Two more environment variables ($VSC_SCRATCH_LUSTRE1 and $VSC_SCRATCH_GPFS1) have been defined for this purpose, so that you can easily find the mount location of your scratch directory on the “other” parallel file system.

For instance, to copy a file from your Lustre scratch to your GPFS scratch, you could go about it as follows:

# If initiating the transfer from Genius or wICE:
cp ${VSC_SCRATCH}/myfile ${VSC_SCRATCH_GPFS1}

# If initiating the transfer from Mindwell:
cp ${VSC_SCRATCH_LUSTRE1}/myfile ${VSC_SCRATCH}

As a best practice, data transfers between Lustre and GPFS should be performed through ‘transfer’ jobs, where you for example only request a few cores on an interactive partition. Short transfers which don’t take more than a couple of minutes can also be performed from a Genius login node.
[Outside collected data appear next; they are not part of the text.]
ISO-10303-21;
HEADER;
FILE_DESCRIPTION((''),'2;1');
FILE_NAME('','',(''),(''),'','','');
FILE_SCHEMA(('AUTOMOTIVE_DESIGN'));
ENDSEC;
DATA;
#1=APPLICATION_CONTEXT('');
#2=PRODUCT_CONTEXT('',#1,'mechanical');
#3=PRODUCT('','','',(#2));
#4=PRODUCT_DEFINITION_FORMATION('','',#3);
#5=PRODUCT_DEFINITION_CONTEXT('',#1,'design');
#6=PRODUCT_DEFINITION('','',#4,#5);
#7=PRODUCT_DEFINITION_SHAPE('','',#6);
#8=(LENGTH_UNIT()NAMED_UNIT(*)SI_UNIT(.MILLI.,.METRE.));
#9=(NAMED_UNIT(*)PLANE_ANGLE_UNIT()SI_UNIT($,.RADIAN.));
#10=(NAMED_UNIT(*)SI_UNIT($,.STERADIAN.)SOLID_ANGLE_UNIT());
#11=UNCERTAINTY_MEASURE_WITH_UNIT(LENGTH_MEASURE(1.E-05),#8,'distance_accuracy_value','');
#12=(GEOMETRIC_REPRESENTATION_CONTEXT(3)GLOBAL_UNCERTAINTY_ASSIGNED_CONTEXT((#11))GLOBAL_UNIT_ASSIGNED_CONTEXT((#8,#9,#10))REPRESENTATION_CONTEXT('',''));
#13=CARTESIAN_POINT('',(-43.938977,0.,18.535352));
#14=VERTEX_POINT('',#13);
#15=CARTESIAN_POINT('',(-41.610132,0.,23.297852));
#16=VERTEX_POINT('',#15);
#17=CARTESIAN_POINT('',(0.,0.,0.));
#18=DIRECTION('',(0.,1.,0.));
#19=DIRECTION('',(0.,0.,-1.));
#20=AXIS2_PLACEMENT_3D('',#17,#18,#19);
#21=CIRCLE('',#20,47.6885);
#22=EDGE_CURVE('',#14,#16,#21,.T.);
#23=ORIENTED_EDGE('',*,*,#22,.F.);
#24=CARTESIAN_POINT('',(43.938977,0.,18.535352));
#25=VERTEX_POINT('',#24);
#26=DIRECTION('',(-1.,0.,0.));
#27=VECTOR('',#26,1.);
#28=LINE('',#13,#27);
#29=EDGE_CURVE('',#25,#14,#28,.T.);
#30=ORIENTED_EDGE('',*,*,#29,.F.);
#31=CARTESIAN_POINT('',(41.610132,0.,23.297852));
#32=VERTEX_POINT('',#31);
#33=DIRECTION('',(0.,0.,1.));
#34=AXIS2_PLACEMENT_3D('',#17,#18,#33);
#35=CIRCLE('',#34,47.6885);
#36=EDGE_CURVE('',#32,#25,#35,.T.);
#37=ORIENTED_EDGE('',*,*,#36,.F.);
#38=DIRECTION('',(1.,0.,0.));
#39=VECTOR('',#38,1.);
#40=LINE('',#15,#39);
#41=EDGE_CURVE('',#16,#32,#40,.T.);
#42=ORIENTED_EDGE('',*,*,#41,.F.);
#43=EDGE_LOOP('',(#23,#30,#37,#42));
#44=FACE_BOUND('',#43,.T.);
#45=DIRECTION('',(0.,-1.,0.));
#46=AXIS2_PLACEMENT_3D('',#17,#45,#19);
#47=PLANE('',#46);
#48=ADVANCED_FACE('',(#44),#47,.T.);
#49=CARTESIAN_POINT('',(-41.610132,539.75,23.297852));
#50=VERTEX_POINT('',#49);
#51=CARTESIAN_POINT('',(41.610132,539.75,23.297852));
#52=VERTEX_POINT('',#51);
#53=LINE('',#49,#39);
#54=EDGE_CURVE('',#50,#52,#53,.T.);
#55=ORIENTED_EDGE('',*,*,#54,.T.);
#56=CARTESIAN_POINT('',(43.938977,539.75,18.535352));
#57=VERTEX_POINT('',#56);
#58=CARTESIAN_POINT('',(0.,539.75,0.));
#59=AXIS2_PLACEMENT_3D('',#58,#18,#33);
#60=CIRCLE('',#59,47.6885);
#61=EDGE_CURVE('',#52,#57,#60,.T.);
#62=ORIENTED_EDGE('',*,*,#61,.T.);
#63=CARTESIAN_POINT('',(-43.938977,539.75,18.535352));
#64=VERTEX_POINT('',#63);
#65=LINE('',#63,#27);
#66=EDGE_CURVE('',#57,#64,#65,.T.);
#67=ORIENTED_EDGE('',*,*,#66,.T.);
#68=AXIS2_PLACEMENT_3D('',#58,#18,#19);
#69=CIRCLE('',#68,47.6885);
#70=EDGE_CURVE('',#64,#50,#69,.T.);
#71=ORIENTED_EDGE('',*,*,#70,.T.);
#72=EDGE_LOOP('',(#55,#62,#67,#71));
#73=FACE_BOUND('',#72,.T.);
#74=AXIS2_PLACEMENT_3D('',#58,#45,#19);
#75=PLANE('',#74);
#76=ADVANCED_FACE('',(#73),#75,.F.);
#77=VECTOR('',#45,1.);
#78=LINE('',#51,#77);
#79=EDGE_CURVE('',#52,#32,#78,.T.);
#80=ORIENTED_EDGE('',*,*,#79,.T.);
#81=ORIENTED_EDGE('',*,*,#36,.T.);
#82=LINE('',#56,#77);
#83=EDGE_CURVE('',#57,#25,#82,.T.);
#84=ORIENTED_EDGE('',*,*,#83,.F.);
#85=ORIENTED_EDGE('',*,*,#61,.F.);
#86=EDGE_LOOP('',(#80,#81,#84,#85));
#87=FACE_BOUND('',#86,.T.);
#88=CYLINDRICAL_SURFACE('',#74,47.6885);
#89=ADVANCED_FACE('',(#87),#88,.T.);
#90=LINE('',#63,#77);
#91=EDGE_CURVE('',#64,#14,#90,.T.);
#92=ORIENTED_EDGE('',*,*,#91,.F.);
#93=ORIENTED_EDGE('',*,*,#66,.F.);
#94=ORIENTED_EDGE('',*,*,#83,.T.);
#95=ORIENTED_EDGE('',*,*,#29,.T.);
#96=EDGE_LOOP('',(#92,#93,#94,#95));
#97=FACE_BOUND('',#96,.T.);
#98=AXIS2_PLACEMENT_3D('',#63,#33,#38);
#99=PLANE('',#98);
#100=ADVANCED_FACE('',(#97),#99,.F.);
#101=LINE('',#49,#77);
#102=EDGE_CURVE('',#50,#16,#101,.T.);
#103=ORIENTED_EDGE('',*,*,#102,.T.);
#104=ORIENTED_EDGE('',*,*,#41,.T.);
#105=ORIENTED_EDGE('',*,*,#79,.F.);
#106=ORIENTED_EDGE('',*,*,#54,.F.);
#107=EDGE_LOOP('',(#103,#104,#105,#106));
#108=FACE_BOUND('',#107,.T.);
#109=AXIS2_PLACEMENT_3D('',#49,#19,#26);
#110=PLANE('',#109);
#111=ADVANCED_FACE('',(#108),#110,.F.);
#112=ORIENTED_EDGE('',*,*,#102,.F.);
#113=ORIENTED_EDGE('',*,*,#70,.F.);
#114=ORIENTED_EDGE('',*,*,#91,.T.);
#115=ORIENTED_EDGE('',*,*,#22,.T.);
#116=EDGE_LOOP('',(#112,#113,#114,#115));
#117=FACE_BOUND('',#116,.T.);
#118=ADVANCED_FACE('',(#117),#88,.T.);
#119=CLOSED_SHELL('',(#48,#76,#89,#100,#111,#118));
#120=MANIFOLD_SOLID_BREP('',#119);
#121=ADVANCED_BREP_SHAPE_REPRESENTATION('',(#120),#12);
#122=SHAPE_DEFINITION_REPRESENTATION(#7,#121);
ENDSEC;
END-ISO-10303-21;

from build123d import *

# Parameters (mm, degrees)
BOSS_EXTRUDE1_DEPTH = 539.75


with BuildPart() as part:
    # Sketch1 → Boss-Extrude1 (new body)
    with BuildSketch(Plane(origin=(0, 0, 0), x_dir=(1, 0, 0), z_dir=(0, 1, 0))):
        with BuildLine():
            Line((-41.610132225, -23.297852443), (41.610132225, -23.297852443))
            ThreePointArc((41.610132225, -23.297852443), (42.840785409, -20.948988945), (43.938977481, -18.535352443))
            Line((43.938977481, -18.535352443), (-43.938977481, -18.535352443))
            ThreePointArc((-43.938977481, -18.535352443), (-42.840785409, -20.948988945), (-41.610132225, -23.297852443))
        make_face()
    extrude(amount=BOSS_EXTRUDE1_DEPTH)


solid = part.part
Globus endpoints are available for Lustre, but not yet for GPFS. It is therefore not yet possible to use Globus for these data transfers.

Automatic scratch cleanup#

$VSC_SCRATCH at KU Leuven is not for long term storage, as files not accessed for more than 30 days are automatically removed. The reasoning behind this is that as long as you are actively using a file (so accessing it), the file will not be removed.

This policy can however cause confusion when files are initially transferred to a scratch directory. If you use for instance the mv command, the file is not actually accessed. As a result, if the last access timestamp of the original file is a long time in the past, the file on scratch will be considered to be inactive and automatically removed. A similar thing happens when using rsync with the option to preserve timestamps. To avoid this problem, the cp command (without -a argument) should be used to copy files to the scratch directory, followed by removing the sources (if needed) using the rm command upon a successful transfer.

Node scratch#

If your jobs require temporary storage that does not need to be shared across compute nodes, you may also consider using the local node disks:

Variable

Path

Type

Access

Backup

Default quota

$VSC_SCRATCH_NODE

/tmp

ext4

Genius

No

200 GiB

wICE

600 GiB

Mindwell

600 GiB

Though limited in storage capacity, $VSC_SCRATCH_NODE has the advantage that no network traffic is involved. The contents of this temporary storage location are always removed when the job ends. Therefore, results need to be copied elsewhere if needed.